Please help! Thanks in advance

aesthetics
  • 31
  • 5

2 Answers2

1

This will try to decode the JSON stream inside s iteratively:

s = '''{"_index": "1234", "_type": "11", "_id": "1234", "_score": 0.0, "fields": {"c_u": ["url.com"], "tawgs.id": ["p6427"]}}{"_index": "1234", "_type": "11", "_id": "786fd4ad2415aa7b", "_score": 0.0, "fields": {"c_u": ["url2.com"], "tawgs.id": ["p12519"]}}{"_index": "1234", "_type": "11", "_id": "5826e7cbd92d951a", "_score": 0.0, "fields": {"tawgs.id": ["p8453", "p8458"]}}'''

import json

d = json.JSONDecoder()

idx = 0
while True:
    if idx >= len(s):
        break
    data, i = d.raw_decode(s[idx:])
    idx += i
    print(data)
    print('*' * 80)

Prints:

{'_index': '1234', '_type': '11', '_id': '1234', '_score': 0.0, 'fields': {'c_u': ['url.com'], 'tawgs.id': ['p6427']}}
********************************************************************************
{'_index': '1234', '_type': '11', '_id': '786fd4ad2415aa7b', '_score': 0.0, 'fields': {'c_u': ['url2.com'], 'tawgs.id': ['p12519']}}
********************************************************************************
{'_index': '1234', '_type': '11', '_id': '5826e7cbd92d951a', '_score': 0.0, 'fields': {'tawgs.id': ['p8453', 'p8458']}}
********************************************************************************
Andrej Kesely
  • 81,807
  • 10
  • 31
  • 56
  • so if my "s" value is a json file that isn't a string object because I used json.dump() to write the file, how would I initially convert my file to become a json string type? when I try to use json.dumps() to write my file, I get back an empty set – aesthetics Jul 17 '19 at 18:19
  • @aesthetics Just load the content of the file with JSON objects inside `s`: `s = open('your_file.txt', 'r').read()` – Andrej Kesely Jul 17 '19 at 18:20
  • @aesthetics I don't have any experience with elasticsearch, but you either have some string that is containing JSON values or you will need to load this string from file. – Andrej Kesely Jul 17 '19 at 18:23
  • as a next step, and just for clarification, would there be a way to flatten the json if the type is a string to get it into a dataframe? – aesthetics Jul 17 '19 at 18:30
  • @aesthetics That's question for Panda/Numpy specialists, but I bet there are some methods for loading data directly from json.
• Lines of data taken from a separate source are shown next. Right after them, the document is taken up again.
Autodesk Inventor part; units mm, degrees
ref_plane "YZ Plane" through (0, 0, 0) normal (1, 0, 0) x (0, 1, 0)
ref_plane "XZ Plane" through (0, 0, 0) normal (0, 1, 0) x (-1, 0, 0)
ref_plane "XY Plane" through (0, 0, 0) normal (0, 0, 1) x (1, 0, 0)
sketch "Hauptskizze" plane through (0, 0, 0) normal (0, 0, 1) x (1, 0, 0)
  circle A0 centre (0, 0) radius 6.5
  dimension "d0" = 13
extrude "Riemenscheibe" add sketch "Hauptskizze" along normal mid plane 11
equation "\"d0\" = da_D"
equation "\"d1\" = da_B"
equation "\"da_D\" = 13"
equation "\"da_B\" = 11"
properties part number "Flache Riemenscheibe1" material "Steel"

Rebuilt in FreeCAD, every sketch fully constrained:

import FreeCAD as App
import Part
import Sketcher
from FreeCAD import Vector

doc = App.newDocument("Part")
params = doc.addObject("Spreadsheet::Sheet", "Params")
for row, (alias, value) in enumerate([
    ("sketch1_diameter", "13 mm"),
    ("pad1_length", "11 mm"),
], start=1):
    params.set(f"A{row}", alias)
    params.set(f"B{row}", "=" + value)
    params.setAlias(f"B{row}", alias)

body = doc.addObject("PartDesign::Body", "Body")

# Sketch on XY plane
sketch1 = body.newObject("Sketcher::SketchObject", "Sketch")
sketch1.AttachmentSupport = (doc.getObject("XY_Plane"), [""])
sketch1.MapMode = "FlatFace"
sketch1.addGeometry(Part.Circle(Vector(0, 0, 0), Vector(0, 0, 1), 6), False)
sketch1.addConstraint([
    Sketcher.Constraint("Coincident", 0, 3, -1, 1),
    Sketcher.Constraint("Diameter", 0, 13.0),
])
sketch1.setExpression("Constraints[1]", "Params.sketch1_diameter")
pad1 = body.newObject("PartDesign::Pad", "Pad")
pad1.Profile = sketch1
pad1.setExpression("Length", "Params.pad1_length")
pad1.Midplane = True

doc.recompute()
You may open other question, these comments are not suitable for it. – Andrej Kesely Jul 17 '19 at 18:34
0

The problem is in the data itself! In this data you use 3 values but without keys.

The first one is :

{"_index".... ["p6427"]}}

The second one is :

{"_index".... ["p12519"]}}

The third one is :

{"_index".... ["p8458"]}}

You'd rather affect to each value a key, for example :

{
"k1":{"_index": "1234", "_type": "11", "_id": "1234", "_score": 0.0, "fields": {"c_u": ["url.com"], "tawgs.id": ["p6427"]}},

"k2":{"_index": "1234", "_type": "11", "_id": "786fd4ad2415aa7b", "_score": 0.0, "fields": {"c_u": ["url2.com"], "tawgs.id": ["p12519"]}},

"k3":{"_index": "11_20190714_184325_01", "_type": "11", "_id": "5826e7cbd92d951a", "_score": 0.0, "fields": {"tawgs.id": ["p8453", "p8458"]}}
}

This way everything will work well and data will be well loaded.